* Exercise goal:
Find and return every line of the data that contains the word "SUBTRACT".

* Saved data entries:
▼

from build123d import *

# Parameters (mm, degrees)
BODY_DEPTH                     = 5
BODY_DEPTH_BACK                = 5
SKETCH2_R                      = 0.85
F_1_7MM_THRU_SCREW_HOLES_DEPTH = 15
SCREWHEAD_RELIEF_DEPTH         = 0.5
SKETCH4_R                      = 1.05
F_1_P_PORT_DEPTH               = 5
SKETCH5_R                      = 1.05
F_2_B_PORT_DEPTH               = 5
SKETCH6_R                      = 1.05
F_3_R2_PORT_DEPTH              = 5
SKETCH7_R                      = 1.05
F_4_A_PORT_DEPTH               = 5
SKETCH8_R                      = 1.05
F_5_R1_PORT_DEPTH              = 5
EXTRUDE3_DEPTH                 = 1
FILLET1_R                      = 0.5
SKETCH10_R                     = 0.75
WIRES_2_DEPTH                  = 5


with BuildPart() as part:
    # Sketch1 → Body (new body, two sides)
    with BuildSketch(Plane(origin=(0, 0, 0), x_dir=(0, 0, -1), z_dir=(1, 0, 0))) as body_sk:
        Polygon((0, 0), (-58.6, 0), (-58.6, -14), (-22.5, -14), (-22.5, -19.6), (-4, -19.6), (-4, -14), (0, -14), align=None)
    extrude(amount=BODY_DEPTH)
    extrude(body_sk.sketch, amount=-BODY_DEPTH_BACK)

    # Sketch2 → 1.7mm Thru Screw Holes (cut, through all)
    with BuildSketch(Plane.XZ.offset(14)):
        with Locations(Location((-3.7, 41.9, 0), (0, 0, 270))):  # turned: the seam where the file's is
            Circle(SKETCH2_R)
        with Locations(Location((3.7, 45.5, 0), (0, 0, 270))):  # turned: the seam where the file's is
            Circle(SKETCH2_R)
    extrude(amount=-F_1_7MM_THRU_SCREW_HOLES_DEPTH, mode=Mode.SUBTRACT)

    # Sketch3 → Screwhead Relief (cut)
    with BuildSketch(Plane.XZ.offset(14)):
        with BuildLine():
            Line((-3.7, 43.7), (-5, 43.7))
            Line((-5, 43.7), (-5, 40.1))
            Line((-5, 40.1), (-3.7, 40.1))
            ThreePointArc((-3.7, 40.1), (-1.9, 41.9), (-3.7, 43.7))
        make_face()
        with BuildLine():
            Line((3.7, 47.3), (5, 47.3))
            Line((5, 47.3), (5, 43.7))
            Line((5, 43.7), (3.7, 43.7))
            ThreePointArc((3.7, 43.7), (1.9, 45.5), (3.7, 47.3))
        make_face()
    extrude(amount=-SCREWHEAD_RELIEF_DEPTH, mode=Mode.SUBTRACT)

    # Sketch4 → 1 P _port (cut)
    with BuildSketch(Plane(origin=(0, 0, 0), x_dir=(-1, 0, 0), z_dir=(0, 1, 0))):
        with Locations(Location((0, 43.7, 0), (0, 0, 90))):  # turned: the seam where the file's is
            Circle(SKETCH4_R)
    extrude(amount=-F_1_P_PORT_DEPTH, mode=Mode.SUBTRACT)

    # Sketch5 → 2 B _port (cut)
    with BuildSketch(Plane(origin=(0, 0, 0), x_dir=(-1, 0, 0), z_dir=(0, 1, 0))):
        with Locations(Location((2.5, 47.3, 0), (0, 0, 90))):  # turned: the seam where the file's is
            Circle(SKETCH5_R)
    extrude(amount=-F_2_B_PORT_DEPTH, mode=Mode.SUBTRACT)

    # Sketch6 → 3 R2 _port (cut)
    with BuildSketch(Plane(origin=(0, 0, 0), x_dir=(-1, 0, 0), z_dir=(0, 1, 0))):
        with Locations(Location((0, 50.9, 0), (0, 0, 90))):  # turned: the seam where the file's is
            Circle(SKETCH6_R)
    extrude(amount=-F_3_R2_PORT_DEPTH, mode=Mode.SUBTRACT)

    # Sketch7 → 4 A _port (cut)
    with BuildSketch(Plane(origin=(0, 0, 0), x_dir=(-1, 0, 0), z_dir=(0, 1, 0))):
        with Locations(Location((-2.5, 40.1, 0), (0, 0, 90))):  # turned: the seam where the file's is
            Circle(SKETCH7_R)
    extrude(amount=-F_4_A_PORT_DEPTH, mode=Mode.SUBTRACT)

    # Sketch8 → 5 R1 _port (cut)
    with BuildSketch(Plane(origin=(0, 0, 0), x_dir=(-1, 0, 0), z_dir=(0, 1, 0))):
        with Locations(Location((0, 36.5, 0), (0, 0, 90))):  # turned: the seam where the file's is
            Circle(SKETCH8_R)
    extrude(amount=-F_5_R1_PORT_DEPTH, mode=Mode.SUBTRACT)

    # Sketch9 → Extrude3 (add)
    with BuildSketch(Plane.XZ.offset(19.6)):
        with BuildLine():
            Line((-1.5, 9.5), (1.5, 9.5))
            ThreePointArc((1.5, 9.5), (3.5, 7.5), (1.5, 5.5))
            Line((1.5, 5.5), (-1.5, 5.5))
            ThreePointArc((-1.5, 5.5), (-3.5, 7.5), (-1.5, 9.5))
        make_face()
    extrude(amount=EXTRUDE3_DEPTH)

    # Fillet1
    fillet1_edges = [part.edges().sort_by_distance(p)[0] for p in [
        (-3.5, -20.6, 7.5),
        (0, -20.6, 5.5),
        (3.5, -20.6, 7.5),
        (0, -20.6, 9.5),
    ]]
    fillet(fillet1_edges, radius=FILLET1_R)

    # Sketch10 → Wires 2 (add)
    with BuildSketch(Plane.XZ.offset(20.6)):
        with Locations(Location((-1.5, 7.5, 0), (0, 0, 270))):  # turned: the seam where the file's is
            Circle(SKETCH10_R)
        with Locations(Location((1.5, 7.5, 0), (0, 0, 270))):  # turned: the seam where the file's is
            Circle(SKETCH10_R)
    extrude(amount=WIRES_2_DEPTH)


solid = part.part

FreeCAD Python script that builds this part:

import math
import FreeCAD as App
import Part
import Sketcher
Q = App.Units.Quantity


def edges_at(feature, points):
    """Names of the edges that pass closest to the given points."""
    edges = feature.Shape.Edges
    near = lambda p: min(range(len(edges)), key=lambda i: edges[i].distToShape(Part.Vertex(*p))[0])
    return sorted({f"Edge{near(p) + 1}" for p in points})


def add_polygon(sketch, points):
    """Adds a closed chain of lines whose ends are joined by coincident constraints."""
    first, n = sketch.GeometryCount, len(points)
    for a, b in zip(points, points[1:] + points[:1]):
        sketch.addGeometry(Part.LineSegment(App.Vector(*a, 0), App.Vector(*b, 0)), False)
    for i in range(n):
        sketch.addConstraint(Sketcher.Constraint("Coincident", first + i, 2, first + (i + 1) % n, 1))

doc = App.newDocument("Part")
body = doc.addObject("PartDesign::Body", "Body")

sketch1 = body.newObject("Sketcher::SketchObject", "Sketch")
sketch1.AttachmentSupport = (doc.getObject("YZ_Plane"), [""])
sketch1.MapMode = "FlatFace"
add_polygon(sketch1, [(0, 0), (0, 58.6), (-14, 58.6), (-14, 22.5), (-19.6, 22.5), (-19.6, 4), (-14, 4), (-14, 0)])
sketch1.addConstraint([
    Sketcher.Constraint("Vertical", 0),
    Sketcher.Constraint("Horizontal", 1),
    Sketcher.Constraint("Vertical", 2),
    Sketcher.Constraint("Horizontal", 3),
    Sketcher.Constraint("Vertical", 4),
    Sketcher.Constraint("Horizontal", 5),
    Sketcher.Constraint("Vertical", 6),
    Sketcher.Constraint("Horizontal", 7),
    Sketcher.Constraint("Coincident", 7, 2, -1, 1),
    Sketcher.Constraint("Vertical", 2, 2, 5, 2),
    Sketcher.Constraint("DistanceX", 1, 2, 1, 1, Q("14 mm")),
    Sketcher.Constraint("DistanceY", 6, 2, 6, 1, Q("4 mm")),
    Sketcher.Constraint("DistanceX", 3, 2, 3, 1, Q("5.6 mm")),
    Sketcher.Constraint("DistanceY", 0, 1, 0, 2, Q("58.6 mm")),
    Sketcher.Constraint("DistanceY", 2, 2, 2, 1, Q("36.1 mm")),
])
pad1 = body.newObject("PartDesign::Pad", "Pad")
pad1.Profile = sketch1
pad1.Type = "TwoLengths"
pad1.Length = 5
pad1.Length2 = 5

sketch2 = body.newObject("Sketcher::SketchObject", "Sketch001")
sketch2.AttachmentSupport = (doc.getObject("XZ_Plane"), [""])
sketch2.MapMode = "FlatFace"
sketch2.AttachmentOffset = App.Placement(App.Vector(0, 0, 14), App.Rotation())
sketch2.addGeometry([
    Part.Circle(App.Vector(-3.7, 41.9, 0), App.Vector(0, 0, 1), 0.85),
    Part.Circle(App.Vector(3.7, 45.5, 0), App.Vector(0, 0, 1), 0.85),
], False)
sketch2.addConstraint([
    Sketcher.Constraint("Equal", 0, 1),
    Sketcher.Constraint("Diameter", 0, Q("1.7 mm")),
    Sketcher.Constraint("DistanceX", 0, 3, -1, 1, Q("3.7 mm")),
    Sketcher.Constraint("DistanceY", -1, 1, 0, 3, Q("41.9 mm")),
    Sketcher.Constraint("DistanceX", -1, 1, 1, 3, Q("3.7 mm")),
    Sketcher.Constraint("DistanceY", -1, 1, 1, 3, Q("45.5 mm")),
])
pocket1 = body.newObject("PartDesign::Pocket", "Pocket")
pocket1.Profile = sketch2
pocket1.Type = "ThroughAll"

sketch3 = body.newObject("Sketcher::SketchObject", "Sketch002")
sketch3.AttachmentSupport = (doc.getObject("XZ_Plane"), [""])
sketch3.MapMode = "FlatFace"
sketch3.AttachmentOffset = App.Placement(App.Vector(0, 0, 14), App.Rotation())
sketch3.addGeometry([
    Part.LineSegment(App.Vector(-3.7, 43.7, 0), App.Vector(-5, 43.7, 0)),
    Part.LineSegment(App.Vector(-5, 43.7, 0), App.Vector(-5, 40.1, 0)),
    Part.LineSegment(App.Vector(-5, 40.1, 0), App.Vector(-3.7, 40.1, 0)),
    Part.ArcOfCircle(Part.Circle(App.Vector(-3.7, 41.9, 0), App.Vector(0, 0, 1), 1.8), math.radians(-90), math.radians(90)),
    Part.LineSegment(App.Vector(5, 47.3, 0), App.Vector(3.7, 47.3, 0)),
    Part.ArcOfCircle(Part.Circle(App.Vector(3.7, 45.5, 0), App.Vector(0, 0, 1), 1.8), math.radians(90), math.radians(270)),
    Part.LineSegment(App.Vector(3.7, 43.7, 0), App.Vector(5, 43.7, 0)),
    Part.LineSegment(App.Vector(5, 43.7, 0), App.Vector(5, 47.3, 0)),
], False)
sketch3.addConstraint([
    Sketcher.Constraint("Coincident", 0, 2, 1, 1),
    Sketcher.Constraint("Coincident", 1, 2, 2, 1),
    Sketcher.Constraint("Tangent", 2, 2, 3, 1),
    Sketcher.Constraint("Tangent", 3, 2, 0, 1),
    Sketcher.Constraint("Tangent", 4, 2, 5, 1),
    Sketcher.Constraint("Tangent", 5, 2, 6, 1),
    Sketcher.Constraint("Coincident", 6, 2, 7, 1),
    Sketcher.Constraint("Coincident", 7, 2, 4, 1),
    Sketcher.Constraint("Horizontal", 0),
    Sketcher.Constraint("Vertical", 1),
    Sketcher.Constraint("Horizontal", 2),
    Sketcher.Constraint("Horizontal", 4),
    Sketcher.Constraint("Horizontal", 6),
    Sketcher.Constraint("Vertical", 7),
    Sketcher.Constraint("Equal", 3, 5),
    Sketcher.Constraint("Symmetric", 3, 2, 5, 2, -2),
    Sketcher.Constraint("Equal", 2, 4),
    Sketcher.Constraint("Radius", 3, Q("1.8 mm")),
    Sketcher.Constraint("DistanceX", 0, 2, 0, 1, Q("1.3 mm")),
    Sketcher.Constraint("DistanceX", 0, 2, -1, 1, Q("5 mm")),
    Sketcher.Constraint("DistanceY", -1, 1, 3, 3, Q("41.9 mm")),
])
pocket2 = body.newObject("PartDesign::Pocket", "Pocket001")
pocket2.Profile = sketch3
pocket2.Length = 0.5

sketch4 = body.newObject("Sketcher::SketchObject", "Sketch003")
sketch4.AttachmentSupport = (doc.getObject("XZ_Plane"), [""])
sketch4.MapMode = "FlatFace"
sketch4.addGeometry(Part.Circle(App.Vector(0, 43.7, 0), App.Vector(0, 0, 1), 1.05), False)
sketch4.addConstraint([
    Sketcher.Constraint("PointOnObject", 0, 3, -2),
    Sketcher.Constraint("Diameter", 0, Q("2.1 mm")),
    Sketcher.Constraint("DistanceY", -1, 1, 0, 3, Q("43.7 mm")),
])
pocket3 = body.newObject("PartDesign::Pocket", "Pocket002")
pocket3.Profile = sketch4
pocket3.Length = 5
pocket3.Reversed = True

▲

* Solution to this exercise:
    extrude(amount=-F_1_7MM_THRU_SCREW_HOLES_DEPTH, mode=Mode.SUBTRACT)
    extrude(amount=-SCREWHEAD_RELIEF_DEPTH, mode=Mode.SUBTRACT)
    extrude(amount=-F_1_P_PORT_DEPTH, mode=Mode.SUBTRACT)
    extrude(amount=-F_2_B_PORT_DEPTH, mode=Mode.SUBTRACT)
    extrude(amount=-F_3_R2_PORT_DEPTH, mode=Mode.SUBTRACT)
    extrude(amount=-F_4_A_PORT_DEPTH, mode=Mode.SUBTRACT)
    extrude(amount=-F_5_R1_PORT_DEPTH, mode=Mode.SUBTRACT)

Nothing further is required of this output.